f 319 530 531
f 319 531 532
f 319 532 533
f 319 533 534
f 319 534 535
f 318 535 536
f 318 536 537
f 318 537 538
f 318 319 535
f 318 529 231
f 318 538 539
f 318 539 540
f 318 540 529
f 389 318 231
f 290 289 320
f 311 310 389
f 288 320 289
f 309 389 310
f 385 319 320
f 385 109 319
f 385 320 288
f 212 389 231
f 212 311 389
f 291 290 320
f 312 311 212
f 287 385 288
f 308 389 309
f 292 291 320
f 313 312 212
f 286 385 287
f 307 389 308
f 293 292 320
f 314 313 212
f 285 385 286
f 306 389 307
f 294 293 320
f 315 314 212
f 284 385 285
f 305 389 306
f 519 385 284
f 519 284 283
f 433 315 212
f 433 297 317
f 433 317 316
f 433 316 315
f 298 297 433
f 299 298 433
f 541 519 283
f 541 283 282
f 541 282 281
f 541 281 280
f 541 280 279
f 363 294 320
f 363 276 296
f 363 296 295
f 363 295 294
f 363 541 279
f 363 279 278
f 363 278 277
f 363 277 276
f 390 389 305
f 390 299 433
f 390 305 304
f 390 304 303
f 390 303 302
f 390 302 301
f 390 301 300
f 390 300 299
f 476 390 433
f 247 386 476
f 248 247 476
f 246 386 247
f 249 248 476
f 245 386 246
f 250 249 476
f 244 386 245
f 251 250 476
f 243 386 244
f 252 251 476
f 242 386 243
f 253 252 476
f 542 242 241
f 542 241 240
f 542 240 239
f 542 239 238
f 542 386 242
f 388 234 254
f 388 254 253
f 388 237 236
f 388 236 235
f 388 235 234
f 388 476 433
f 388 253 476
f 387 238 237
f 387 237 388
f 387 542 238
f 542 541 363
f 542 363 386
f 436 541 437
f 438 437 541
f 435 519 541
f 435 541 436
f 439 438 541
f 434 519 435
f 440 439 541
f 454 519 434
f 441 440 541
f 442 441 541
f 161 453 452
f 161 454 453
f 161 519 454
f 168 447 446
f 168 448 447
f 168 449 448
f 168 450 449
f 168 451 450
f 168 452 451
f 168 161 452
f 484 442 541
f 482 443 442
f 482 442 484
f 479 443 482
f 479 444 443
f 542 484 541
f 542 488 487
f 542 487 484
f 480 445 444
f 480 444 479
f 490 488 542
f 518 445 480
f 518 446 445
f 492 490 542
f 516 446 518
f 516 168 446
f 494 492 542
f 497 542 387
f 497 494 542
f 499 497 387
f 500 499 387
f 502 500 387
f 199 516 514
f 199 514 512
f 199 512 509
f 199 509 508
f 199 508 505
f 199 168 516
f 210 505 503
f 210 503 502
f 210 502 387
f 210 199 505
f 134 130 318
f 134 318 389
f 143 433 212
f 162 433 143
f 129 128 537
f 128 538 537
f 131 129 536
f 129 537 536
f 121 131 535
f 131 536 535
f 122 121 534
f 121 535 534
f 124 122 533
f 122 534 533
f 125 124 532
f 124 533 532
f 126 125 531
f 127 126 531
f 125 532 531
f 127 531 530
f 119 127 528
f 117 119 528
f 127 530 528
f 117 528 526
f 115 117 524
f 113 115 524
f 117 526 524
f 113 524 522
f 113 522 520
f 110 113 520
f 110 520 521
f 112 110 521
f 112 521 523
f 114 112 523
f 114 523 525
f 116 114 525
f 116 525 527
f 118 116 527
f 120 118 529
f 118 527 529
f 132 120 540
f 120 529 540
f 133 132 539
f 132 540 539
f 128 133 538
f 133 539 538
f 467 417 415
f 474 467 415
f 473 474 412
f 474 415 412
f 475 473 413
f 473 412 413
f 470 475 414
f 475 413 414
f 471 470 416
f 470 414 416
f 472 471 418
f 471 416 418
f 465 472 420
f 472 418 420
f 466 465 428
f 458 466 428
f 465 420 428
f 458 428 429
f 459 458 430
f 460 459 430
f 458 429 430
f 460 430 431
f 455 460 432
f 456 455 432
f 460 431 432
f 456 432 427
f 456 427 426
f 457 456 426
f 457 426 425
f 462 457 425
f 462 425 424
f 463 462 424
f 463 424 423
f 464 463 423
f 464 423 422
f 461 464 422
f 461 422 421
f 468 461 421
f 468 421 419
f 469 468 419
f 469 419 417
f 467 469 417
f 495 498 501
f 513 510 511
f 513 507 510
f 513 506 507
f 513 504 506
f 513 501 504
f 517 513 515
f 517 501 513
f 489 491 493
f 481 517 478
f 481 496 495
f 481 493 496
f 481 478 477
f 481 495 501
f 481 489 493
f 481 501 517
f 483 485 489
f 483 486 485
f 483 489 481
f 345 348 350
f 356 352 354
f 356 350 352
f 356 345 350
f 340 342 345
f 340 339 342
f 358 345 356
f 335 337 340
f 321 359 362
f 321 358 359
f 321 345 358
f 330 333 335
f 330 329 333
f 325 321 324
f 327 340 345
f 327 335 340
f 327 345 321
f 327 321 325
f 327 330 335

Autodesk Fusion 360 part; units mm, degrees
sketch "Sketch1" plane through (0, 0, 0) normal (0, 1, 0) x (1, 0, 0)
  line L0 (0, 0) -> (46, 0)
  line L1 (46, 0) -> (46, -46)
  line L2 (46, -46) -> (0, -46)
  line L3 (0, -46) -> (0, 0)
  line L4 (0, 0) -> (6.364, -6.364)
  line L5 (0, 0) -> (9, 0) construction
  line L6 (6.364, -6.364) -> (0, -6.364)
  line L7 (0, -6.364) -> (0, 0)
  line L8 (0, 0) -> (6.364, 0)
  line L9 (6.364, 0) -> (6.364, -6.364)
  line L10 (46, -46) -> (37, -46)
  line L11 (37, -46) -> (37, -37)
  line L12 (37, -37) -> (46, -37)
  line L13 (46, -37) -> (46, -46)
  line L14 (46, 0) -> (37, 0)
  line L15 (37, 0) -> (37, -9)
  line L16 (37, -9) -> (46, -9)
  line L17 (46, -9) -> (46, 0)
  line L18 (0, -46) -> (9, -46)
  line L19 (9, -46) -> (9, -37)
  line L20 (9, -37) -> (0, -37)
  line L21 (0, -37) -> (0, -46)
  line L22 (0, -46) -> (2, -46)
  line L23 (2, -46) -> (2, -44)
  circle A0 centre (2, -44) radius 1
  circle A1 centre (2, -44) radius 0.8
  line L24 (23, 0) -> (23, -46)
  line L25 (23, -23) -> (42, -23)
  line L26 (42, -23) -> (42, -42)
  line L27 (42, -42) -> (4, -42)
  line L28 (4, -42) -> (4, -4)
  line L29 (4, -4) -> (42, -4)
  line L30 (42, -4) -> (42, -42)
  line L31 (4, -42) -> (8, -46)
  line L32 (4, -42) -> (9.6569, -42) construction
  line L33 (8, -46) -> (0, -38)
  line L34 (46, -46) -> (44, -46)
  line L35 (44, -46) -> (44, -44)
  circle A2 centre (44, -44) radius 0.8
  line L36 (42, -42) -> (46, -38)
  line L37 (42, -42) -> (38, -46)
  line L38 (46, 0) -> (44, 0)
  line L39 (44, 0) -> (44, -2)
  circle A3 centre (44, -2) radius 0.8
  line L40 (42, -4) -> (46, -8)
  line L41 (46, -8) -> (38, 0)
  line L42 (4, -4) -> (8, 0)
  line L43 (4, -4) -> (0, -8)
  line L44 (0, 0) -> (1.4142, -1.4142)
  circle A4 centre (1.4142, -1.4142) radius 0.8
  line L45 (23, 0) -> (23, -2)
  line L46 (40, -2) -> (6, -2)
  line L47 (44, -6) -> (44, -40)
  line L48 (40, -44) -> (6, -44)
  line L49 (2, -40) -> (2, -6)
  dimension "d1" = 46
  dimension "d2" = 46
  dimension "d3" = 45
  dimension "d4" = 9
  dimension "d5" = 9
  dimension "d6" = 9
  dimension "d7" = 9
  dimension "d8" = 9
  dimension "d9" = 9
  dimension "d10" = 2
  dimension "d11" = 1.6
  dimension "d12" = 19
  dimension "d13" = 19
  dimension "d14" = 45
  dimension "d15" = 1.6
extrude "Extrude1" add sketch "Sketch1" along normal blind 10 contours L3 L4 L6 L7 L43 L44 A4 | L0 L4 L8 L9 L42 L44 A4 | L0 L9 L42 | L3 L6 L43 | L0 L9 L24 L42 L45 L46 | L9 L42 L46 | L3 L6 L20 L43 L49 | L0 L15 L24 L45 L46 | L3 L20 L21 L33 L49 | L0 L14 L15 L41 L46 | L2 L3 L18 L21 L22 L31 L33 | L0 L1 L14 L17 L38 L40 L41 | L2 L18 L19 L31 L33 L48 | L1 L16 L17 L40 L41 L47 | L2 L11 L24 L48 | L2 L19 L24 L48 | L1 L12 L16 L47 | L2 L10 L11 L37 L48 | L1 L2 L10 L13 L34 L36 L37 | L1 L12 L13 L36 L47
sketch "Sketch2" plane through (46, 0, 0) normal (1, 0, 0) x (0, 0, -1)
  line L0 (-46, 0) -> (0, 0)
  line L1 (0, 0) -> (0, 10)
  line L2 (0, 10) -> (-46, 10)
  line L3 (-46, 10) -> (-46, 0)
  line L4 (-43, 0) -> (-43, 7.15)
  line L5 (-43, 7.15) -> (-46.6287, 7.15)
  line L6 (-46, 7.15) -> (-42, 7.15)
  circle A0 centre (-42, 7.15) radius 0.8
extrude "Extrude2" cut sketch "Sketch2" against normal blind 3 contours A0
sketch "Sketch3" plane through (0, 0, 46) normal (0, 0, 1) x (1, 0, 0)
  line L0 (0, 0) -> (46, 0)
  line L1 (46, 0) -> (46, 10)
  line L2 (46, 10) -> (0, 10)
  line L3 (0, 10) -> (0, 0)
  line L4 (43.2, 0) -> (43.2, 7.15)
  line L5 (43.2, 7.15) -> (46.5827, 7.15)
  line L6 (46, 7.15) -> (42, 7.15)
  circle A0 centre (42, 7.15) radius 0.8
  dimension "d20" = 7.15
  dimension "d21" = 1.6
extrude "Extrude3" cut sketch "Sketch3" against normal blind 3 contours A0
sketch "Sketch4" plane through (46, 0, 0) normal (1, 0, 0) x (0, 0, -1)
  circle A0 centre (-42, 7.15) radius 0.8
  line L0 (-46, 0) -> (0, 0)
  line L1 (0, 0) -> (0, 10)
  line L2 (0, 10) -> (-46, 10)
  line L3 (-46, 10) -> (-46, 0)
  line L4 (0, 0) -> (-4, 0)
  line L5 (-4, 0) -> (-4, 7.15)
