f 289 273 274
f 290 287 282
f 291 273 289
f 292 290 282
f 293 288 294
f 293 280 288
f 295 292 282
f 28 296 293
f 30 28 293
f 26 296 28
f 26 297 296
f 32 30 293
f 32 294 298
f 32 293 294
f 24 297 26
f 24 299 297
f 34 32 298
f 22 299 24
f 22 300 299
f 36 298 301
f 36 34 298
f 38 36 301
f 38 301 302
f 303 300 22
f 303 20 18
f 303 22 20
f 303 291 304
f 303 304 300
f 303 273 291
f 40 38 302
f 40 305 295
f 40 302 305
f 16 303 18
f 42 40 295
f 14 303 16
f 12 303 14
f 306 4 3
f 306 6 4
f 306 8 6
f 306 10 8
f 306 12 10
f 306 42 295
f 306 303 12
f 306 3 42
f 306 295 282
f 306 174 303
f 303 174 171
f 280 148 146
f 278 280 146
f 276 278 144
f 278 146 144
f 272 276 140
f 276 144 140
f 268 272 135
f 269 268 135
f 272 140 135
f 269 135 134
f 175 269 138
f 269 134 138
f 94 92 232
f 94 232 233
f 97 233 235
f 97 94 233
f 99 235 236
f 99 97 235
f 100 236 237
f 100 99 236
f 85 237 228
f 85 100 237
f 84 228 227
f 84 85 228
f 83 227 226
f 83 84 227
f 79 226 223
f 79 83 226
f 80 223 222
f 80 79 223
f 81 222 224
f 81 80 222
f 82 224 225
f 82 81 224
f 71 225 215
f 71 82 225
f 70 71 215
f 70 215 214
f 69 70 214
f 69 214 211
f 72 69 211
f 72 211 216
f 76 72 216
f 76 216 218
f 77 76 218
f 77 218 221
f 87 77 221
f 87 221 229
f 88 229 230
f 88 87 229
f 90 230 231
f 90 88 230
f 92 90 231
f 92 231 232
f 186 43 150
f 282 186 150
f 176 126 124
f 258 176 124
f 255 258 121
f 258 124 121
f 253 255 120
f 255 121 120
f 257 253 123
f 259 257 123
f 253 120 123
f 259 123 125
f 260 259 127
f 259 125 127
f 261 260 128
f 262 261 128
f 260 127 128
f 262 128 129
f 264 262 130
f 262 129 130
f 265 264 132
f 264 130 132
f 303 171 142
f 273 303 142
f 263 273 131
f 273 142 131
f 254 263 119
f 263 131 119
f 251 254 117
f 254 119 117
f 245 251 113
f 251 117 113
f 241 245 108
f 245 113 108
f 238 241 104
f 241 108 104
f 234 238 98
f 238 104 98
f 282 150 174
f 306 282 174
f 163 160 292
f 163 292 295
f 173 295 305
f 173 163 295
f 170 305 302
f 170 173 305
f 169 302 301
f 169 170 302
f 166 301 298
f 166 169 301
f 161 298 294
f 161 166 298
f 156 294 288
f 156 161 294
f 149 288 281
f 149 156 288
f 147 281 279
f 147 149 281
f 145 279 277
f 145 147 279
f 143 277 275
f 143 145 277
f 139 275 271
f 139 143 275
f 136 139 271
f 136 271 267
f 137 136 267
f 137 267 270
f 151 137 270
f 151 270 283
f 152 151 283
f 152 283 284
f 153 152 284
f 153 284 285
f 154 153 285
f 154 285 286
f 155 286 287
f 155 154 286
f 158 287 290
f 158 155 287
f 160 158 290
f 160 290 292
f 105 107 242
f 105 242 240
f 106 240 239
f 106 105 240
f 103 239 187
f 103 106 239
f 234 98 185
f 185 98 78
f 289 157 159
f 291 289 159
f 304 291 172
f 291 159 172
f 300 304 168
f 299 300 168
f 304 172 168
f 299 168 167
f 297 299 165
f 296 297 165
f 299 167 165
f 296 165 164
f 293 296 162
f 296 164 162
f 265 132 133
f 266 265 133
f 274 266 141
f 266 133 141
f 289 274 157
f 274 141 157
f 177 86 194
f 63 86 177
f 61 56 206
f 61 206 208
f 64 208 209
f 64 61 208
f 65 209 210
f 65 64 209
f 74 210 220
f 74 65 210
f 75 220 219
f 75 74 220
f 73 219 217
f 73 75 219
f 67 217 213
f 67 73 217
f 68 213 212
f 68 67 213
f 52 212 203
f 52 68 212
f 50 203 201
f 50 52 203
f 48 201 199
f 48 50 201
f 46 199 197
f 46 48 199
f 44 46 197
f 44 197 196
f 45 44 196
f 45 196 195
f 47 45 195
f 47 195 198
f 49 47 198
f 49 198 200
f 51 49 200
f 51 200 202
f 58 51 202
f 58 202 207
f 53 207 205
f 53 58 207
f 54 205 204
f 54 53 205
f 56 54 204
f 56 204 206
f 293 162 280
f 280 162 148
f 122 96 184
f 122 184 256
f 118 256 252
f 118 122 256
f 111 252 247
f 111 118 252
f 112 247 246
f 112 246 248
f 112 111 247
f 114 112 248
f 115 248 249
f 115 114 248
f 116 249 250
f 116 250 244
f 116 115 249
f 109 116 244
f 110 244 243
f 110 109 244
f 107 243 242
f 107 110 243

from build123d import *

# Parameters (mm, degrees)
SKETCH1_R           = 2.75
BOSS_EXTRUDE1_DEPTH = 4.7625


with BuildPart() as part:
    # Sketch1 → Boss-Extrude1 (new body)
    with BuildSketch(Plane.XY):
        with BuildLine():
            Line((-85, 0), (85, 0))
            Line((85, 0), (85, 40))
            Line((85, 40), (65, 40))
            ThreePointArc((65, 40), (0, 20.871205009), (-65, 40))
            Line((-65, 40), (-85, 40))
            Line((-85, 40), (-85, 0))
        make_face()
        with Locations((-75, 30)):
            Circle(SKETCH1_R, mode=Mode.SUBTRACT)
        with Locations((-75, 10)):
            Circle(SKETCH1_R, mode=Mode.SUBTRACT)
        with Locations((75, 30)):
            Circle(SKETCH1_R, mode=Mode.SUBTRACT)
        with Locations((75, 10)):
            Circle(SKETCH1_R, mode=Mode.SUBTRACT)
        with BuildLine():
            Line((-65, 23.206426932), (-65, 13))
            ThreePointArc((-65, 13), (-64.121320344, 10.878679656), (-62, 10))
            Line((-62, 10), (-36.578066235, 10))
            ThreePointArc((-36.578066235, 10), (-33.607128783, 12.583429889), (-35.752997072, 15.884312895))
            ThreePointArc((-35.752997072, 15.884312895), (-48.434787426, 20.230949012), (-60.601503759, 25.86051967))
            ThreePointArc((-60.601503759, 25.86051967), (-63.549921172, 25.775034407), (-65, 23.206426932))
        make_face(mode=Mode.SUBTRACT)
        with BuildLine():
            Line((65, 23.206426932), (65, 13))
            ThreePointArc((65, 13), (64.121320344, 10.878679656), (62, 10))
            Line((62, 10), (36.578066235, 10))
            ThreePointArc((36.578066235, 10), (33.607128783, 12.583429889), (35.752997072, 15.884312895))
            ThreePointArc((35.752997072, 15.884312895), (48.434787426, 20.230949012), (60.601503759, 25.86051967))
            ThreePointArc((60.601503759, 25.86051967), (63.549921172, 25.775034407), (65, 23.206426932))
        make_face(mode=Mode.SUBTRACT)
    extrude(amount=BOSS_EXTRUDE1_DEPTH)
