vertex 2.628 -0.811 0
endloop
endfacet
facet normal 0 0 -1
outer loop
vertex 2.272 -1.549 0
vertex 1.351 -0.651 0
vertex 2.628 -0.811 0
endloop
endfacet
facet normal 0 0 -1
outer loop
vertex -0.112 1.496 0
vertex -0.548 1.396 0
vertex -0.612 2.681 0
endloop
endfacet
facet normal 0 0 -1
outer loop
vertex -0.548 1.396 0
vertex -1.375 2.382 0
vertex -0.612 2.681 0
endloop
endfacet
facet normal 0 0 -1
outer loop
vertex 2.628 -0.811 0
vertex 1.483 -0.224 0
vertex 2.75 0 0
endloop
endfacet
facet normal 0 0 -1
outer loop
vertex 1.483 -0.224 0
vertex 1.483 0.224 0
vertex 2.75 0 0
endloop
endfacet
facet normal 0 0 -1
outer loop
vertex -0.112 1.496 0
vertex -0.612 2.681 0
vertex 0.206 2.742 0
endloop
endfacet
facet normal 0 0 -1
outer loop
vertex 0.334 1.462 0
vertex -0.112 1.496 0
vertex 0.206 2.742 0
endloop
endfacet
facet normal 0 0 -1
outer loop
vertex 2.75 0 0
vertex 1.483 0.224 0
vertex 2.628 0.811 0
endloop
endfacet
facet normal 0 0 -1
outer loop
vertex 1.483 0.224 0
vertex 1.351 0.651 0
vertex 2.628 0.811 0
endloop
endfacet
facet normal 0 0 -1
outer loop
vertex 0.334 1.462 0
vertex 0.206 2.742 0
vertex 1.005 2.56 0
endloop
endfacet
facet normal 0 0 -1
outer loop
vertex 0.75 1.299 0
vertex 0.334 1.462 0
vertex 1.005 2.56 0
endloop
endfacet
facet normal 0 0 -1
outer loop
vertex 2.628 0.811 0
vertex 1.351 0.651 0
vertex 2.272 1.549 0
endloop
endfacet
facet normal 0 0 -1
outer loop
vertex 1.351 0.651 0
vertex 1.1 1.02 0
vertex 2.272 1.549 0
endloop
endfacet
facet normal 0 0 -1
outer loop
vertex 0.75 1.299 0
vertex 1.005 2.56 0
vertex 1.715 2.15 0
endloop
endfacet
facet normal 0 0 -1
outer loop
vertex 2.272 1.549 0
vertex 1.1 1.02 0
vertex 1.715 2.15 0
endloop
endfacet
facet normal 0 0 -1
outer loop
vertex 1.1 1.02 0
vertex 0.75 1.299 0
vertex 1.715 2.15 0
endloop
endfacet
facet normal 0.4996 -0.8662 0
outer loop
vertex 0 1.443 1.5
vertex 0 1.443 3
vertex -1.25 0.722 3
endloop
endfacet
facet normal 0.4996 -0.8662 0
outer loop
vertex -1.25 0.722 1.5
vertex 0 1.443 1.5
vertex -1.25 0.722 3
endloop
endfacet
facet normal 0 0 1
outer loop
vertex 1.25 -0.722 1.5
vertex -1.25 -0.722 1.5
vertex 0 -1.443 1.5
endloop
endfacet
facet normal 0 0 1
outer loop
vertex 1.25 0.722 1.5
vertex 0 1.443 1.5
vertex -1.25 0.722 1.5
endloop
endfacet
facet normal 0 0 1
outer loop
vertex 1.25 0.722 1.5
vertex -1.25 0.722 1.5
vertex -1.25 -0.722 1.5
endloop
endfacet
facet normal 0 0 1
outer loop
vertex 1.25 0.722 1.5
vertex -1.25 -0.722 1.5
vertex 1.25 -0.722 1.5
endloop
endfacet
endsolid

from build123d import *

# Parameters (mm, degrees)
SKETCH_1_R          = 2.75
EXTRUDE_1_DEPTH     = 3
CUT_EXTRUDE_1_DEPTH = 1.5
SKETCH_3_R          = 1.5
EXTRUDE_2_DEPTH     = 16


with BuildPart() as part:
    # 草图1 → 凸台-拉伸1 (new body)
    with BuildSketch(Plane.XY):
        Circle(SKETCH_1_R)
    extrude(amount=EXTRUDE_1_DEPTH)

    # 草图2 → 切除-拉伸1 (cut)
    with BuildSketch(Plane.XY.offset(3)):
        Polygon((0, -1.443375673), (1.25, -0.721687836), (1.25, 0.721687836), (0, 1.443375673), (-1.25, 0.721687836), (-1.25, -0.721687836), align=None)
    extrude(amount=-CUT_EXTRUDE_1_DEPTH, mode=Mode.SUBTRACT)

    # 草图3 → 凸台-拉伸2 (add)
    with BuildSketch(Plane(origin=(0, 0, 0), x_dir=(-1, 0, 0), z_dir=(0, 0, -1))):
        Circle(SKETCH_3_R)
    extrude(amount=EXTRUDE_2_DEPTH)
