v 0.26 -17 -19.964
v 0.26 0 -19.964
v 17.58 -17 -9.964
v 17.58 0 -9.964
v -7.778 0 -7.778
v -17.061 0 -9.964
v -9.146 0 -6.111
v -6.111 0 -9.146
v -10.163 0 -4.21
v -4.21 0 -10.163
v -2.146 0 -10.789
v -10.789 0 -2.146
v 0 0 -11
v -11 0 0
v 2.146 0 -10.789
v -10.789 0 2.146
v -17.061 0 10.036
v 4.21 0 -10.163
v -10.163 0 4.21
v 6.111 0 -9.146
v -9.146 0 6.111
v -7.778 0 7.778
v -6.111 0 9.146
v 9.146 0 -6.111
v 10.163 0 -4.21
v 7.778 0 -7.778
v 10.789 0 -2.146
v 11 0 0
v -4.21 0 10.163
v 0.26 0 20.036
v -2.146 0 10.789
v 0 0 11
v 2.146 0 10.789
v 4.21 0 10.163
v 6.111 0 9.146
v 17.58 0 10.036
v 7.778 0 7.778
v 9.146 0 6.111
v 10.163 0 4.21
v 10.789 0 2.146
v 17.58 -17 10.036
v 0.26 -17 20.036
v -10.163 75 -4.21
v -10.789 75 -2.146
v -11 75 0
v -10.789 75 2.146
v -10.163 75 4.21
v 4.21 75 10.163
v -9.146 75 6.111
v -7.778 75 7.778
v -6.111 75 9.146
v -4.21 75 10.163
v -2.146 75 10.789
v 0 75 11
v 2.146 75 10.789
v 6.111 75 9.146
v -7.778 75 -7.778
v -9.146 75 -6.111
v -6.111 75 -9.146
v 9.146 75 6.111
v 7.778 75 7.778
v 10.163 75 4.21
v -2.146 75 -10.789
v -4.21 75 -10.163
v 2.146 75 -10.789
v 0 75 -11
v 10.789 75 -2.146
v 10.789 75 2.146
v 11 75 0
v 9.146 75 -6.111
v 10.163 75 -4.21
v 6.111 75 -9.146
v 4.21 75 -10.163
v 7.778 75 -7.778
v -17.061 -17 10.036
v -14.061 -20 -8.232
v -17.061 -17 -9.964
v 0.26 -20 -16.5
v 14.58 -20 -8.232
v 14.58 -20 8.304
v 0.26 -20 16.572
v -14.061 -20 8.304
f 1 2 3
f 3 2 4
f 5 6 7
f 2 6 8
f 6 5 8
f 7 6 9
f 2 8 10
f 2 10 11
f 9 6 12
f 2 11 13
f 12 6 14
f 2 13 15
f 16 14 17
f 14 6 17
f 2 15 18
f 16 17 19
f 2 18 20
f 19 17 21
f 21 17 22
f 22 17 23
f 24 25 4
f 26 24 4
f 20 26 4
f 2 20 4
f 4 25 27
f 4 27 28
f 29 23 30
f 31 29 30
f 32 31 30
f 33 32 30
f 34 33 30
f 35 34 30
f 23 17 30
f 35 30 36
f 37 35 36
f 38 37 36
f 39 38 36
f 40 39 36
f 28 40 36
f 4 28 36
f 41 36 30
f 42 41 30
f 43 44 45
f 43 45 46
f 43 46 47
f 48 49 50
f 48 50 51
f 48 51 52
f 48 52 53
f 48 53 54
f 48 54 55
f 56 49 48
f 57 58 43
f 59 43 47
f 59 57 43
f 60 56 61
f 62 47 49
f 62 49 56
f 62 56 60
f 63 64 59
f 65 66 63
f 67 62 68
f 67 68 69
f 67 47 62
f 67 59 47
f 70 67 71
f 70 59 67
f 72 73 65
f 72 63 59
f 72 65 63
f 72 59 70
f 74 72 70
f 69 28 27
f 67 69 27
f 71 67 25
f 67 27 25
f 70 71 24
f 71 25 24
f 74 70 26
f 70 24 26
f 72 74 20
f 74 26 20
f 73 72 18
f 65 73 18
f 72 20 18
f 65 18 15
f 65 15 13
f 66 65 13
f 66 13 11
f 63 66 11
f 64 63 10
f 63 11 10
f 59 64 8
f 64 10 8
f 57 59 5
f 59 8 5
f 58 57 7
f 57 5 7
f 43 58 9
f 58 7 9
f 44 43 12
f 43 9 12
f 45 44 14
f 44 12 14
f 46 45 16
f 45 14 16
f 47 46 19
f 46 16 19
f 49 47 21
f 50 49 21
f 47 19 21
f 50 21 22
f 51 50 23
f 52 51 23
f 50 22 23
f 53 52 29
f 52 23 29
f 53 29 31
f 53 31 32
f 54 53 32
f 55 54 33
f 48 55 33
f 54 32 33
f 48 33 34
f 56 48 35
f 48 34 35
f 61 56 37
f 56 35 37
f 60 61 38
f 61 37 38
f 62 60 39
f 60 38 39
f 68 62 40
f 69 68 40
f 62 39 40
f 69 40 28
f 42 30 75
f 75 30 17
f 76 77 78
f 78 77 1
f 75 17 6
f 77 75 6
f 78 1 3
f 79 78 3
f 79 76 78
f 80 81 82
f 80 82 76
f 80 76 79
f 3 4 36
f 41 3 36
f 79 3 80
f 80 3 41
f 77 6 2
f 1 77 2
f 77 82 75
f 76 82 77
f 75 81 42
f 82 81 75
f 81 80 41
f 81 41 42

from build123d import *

# Parameters (mm, degrees)
SKETCH_1_R      = 11
EXTRUDE_4_DEPTH = 75
EXTRUDE_5_DEPTH = 20
CHAMFER_2_SIZE  = 3


with BuildPart() as part:
    # Эскиз1 → Бобышка-Вытянуть4 (new body)
    with BuildSketch(Plane(origin=(0, 0, 0), x_dir=(1, 0, 0), z_dir=(0, 1, 0))):
        Circle(SKETCH_1_R)
    extrude(amount=EXTRUDE_4_DEPTH)

    # Эскиз3 → Бобышка-Вытянуть5 (add)
    with BuildSketch(Plane.XZ):
        Polygon((0.259699185, 20.035631897), (-17.060808891, 10.035631897), (-17.060808891, -9.964368103), (0.259699185, -19.964368103), (17.58020726, -9.964368103), (17.58020726, 10.035631897), align=None)
    extrude(amount=EXTRUDE_5_DEPTH)

    # Фаска2
    chamfer_2_edges = [part.edges().sort_by_distance(p)[0] for p in [
        (8.919953222, -20, 15.035631897),
        (-8.400554853, -20, 15.035631897),
        (-17.060808891, -20, 0.035631897),
        (-8.400554853, -20, -14.964368103),
        (8.919953222, -20, -14.964368103),
        (17.58020726, -20, 0.035631897),
    ]]
    chamfer(chamfer_2_edges, length=CHAMFER_2_SIZE)


solid = part.part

....

What is needed is every line from the data above that includes the string "construction", copied out.

ANSWER BOX:
  line L5 (0, 0) -> (9, 0) construction
  line L32 (4, -42) -> (9.6569, -42) construction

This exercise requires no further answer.